Une institution qui est en train de disparaître


Par Rédigé le 10/03/2021 (dernière modification le 09/03/2021)

C’est bien ce qu’il se produit en ce moment avec la fermeture de plusieurs librairies Gibert à Paris.


Clap de fin pour les librairies Gibert (c) DR
Gibert était effectivement une véritable institution. Tous les étudiants et aussi les lycéens et sans doute les collégiens ont un jour franchi le seuil de ces magasins, soit pour acheter, principalement d’occasion, des manuels d’enseignement et aussi des romans, des dictionnaires, des livres de toutes sortes. Ces magasins faisaient tellement partie du paysage du Quartier latin, on y était tellement habitué qu’on ne se posait même pas de questions sur leur origine et encore moins sur la différence entre les appellations Joseph Gibert et Gibert jeune.

On se demandera sans doute alors pourquoi des commerces qui ont accueilli pendant des décennies des centaines de milliers d'acheteurs ou de visiteurs ont pu en arriver à cette extrémité. Pour un délégué syndical CGT de Gibert Joseph, l'échec de la reprise de l'enseigne est due en partie à l'absence de stratégie du groupe. "Rien n'a été fait depuis l'intégration dans Gibert Joseph en 2017. Nous disposons de plusieurs milliers de m2 mais pas de stratégie face à la baisse de fréquentation. Certains locaux sont à la limite de la salubrité.
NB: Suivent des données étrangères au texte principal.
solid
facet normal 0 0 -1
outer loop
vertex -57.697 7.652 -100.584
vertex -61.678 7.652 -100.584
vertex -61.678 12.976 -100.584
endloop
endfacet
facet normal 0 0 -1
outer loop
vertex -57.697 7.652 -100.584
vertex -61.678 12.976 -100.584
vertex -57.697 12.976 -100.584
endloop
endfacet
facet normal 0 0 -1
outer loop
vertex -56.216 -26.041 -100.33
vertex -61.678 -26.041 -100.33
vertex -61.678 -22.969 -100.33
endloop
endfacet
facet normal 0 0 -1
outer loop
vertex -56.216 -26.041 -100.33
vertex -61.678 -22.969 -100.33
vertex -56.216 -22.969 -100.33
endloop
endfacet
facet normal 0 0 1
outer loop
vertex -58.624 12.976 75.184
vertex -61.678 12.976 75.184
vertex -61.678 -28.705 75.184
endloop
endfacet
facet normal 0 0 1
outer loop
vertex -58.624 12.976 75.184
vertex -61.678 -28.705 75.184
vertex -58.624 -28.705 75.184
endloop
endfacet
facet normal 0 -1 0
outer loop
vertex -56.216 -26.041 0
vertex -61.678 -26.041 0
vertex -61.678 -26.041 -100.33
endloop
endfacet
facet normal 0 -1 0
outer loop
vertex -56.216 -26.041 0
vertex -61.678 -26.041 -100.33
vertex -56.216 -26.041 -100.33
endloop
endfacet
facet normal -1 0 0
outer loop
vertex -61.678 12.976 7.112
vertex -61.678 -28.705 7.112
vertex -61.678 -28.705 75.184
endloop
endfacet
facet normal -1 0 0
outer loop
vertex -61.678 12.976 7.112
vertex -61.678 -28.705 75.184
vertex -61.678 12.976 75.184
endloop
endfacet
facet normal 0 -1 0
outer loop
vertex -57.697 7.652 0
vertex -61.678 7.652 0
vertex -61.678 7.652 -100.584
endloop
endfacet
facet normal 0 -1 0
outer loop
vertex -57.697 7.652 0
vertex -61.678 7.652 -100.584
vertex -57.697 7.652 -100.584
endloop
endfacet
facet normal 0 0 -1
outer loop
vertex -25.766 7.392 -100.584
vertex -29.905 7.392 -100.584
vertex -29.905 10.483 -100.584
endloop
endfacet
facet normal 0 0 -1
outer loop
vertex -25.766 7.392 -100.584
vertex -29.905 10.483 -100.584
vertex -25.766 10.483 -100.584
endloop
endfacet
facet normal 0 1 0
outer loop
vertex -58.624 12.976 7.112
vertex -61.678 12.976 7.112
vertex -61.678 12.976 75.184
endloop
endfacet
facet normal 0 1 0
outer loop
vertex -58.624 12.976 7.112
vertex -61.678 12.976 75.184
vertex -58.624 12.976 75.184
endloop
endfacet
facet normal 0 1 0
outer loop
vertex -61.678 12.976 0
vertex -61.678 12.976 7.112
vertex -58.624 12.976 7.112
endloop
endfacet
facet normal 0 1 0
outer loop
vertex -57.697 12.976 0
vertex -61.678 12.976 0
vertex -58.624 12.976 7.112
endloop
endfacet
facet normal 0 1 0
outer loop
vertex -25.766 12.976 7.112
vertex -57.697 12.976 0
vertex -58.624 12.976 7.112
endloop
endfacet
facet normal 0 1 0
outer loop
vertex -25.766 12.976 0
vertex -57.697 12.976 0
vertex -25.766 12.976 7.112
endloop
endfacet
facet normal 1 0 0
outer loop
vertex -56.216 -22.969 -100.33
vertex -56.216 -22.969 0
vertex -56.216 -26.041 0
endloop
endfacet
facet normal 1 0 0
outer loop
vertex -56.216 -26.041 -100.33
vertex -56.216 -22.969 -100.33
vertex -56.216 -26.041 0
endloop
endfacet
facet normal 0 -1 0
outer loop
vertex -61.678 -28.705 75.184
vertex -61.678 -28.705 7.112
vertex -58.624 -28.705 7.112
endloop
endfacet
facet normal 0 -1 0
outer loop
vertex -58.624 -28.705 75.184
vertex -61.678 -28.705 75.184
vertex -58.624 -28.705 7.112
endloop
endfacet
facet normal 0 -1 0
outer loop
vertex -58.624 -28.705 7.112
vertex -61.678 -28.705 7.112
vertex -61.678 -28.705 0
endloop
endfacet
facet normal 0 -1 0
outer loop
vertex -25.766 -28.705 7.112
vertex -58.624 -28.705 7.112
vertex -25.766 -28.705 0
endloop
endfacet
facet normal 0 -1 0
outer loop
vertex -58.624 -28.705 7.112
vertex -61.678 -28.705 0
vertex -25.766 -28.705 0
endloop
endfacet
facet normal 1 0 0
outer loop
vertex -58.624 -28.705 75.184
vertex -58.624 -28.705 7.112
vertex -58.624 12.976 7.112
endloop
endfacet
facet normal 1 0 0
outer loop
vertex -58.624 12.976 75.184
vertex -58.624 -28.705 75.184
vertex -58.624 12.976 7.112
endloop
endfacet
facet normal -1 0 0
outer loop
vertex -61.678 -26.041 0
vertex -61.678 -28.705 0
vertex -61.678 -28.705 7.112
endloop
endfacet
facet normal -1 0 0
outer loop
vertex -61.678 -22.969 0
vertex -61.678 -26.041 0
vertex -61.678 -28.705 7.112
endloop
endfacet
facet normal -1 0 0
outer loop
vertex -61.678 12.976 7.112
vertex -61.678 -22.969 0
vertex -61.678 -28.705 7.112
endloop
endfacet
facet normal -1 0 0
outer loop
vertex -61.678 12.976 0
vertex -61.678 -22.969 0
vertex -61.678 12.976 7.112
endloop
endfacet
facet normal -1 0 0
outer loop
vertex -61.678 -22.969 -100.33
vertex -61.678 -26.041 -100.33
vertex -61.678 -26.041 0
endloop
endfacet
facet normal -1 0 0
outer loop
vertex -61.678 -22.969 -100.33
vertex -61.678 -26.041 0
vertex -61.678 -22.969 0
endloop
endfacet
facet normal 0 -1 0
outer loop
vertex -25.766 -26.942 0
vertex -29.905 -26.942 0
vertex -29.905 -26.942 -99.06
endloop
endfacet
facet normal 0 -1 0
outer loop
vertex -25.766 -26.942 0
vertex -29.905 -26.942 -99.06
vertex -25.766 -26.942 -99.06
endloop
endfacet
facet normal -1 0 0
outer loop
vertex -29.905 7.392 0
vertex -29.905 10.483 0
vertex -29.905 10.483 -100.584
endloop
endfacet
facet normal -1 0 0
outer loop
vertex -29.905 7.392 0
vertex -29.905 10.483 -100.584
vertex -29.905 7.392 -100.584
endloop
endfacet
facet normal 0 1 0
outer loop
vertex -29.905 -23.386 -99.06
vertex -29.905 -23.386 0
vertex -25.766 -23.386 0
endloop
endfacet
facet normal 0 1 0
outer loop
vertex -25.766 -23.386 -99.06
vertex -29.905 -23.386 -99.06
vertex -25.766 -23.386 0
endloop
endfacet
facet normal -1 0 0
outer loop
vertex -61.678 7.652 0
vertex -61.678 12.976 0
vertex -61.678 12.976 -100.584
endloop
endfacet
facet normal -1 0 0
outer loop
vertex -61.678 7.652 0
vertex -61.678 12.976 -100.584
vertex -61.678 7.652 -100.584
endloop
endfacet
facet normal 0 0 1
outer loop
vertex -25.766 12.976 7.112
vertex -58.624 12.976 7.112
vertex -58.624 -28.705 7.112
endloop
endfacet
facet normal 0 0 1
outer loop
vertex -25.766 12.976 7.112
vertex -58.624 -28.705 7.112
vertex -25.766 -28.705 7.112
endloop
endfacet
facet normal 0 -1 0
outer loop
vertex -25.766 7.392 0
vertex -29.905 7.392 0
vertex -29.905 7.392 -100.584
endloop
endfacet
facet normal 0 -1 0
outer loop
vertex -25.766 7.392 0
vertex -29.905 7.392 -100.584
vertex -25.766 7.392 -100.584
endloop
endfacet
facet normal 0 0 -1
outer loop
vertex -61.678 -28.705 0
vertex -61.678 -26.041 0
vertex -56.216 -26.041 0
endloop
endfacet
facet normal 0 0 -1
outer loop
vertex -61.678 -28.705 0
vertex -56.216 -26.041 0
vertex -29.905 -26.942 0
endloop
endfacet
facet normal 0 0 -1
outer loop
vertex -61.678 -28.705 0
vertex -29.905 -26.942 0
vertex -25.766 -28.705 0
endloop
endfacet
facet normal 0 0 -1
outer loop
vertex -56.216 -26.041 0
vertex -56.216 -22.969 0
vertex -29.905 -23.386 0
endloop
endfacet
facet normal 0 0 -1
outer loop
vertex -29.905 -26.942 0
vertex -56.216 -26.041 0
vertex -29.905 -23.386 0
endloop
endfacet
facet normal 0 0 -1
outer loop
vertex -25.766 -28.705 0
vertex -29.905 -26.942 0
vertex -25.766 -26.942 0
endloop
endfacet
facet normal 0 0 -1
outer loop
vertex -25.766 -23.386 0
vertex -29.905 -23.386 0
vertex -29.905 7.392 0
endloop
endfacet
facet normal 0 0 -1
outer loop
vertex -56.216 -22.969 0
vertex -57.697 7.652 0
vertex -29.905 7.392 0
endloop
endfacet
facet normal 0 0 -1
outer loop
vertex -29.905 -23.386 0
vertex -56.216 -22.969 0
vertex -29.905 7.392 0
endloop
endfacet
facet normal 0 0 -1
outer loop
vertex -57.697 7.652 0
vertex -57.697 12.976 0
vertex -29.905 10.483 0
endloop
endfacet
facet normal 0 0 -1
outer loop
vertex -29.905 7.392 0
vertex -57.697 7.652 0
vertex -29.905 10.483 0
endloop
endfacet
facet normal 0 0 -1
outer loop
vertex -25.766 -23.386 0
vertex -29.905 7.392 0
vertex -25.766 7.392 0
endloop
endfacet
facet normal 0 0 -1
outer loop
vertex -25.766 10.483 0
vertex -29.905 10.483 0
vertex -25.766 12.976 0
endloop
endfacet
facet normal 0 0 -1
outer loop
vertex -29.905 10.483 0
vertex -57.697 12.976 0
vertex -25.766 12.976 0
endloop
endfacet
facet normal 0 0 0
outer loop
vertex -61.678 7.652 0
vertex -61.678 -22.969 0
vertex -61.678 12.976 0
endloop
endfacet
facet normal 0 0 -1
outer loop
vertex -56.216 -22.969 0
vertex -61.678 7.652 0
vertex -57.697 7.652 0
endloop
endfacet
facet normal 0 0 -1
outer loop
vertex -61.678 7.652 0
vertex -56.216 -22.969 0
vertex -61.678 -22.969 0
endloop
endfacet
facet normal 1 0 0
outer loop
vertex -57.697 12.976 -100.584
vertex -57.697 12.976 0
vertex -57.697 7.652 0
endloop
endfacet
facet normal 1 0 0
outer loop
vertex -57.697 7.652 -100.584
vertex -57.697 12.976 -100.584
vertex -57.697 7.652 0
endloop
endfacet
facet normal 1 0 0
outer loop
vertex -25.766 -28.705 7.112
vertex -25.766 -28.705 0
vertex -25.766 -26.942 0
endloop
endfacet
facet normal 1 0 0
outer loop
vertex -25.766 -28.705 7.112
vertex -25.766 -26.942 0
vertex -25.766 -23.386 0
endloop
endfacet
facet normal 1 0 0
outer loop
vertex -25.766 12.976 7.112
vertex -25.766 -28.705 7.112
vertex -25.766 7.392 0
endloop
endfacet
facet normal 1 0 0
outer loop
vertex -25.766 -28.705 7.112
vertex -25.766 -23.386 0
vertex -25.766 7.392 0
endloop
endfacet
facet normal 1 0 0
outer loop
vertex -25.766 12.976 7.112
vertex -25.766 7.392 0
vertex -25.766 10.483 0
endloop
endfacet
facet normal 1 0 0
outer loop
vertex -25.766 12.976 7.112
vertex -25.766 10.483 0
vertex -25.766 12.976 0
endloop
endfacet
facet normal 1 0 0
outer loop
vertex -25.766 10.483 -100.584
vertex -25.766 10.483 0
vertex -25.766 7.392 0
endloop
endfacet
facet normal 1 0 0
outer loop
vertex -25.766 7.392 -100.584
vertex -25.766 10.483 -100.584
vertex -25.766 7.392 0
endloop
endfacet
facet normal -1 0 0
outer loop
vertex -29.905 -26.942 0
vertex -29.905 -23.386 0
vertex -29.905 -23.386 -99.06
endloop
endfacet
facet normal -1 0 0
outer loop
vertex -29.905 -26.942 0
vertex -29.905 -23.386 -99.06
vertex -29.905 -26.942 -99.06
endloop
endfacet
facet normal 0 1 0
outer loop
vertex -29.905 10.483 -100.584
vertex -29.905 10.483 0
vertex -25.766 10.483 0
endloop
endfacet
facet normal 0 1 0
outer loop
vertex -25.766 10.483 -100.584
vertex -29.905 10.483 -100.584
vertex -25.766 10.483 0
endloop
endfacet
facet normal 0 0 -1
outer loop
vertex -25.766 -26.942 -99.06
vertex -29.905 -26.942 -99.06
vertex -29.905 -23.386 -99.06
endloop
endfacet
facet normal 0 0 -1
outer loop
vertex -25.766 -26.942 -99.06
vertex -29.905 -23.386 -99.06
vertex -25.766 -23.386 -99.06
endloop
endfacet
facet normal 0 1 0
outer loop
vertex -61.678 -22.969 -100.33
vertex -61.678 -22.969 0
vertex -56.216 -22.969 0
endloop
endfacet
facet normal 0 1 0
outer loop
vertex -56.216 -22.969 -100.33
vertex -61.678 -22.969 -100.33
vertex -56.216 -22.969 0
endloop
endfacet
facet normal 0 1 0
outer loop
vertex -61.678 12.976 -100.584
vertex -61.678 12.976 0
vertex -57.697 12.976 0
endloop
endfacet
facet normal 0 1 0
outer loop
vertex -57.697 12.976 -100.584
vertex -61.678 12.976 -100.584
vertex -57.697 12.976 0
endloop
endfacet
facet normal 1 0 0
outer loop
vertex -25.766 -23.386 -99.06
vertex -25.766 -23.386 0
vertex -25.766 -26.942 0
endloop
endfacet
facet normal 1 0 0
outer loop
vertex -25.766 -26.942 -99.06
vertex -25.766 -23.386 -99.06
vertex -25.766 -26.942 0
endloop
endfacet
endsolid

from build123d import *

# Parameters (mm, degrees)
F0_W      = 35.91213
F0_H      = 41.681683
F1_DEPTH  = 7.112
F2_W      = 4.138863
F2_H      = 3.556104
F3_DEPTH  = 99.06
F4_W      = 4.138863
F4_H      = 3.091657
F5_DEPTH  = 100.584
F6_W      = 3.981255
F6_H      = 5.324956
F7_DEPTH  = 100.584
F8_W      = 5.462058
F8_H      = 3.072897
F9_DEPTH  = 100.33
F10_W     = 3.054641
F10_H     = 41.681683
F11_DEPTH = 68.072


with BuildPart() as f1:
    # F0 (on Top) → F1 (new body)
    with BuildSketch(Plane.XY):
        with Locations((-43.722132, -7.864382)):
            Rectangle(F0_W, F0_H)
    extrude(amount=F1_DEPTH)

    # F2 (on face) → F3 (join)
    with BuildSketch(Plane(origin=(0, 0, 0), x_dir=(1, 0, 0), z_dir=(0, 0, -1))):
        with Locations((-27.835498, 25.163998)):
            Rectangle(F2_W, F2_H)
    extrude(amount=F3_DEPTH)

    # F4 (on face) → F5 (join)
    with BuildSketch(Plane(origin=(0, 0, 0), x_dir=(1, 0, 0), z_dir=(0, 0, -1))):
        with Locations((-27.835498, -8.937603)):
            Rectangle(F4_W, F4_H)
    extrude(amount=F5_DEPTH)

    # F6 (on face) → F7 (join)
    with BuildSketch(Plane(origin=(0, 0, 0), x_dir=(1, 0, 0), z_dir=(0, 0, -1))):
        with Locations((-59.687569, -10.313982)):
            Rectangle(F6_W, F6_H)
    extrude(amount=F7_DEPTH)

    # F8 (on face) → F9 (join)
    with BuildSketch(Plane(origin=(0, 0, 0), x_dir=(1, 0, 0), z_dir=(0, 0, -1))):
        with Locations((-58.947168, 24.504973)):
            Rectangle(F8_W, F8_H)
    extrude(amount=F9_DEPTH)

    # F10 (on face) → F11 (join)
    with BuildSketch(Plane.XY.offset(7.112)):
        with Locations((-60.150876, -7.864382)):
            Rectangle(F10_W, F10_H)
    extrude(amount=F11_DEPTH)


solid = f1.part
Enfin, on se retrouve avec deux entités comparables et massives". Il faut dire aussi que les événements de ces derniers mois n'ont guère été favorables, travaux du RER C, manifestations des Gilets Jaunes, les deux confinements et l'absence d'étudiants dans le quartier.

Gibert Jeune, est placé en redressement judiciaire en 2017, puis racheté par son concurrent Gibert Joseph faute d'autres offres de rachat, la société a annoncé qu'elle fermait ses trois derniers magasins de la place Saint-Michel, aux numéros 5, 6 et 10.
Cette histoire de famille car c'en est une va s’achever tout prochainement.

En 1886, Joseph Gibert, professeur de lettres classiques au Collège Saint-Michel de Saint-Étienne, vient tenter sa chance à Paris, "où il ouvre face à Notre-Dame, sur le parapet du quai, quatre boîtes de bouquiniste", comme le dit le site Internet. Deux ans plus tard, il ouvre sa première librairie au 23 quai Saint-Michel et profite de l’essor du secteur scolaire avec les réformes de Jules Ferry. Les ventes de livres scolaires d’occasion explosent. Joseph Gibert meurt en 1914 et laisse le négoce à ses deux fils Joseph et son cadet Régis, Tout reste en l'état jusqu’en 1929. Cette année-là ils se séparent, Joseph s'installe 30, boulevard Saint-Michel, et baptise son magasin Gibert Joseph. Régis, reste au 23, quai Saint-Michel et devient Gibert jeune. Gibert Joseph s’agrandit peu à peu et acquiert les 26, 30 et 34 bd St Michel. Parallèlement, il crée un réseau de librairies à Lyon, Grenoble, Saint-Étienne, Clermont-Ferrand, Poitiers, Dijon, Toulouse, Montpellier, Marseille, ainsi qu’en région parisienne.

Gibert jeune ne quitte pas Paris. En 1934 il "émigre" rive droite, et ouvre une librairie 15 Bd St Denis où il applique le principe alors nouveau du libre-service et s'installe en 1971 au 5 place St Michel.
Il ne reste presque plus rien de Gibert Jeune. Le 2, place Saint-Michel, est définitivement fermé. Le 4 a été transformé en supermarché. L’immeuble du 5 lui a été vendu en juin, à un acquéreur qui a revu fortement à la hausse le prix des loyers et la direction a choisi de se séparer du magasin, pour financer le plan social. Deux magasins seulement devraient rester ouverts, les numéros 23 et 27 du quai Saint-Michel. La mairie de Paris a préempté ce dernier le 8 décembre 2020, par sa société mixte Semaest. Le 27 offre un spectacle bien triste rayons la papeterie vides et derniers articles bradés. Il en est de même à la librairie ésotérique du 23, quai Saint-Michel, au 6 place Saint-Michel, on regrette le manque de communication. Quant au personnel, il ne sait pas ce qu’il va devenir.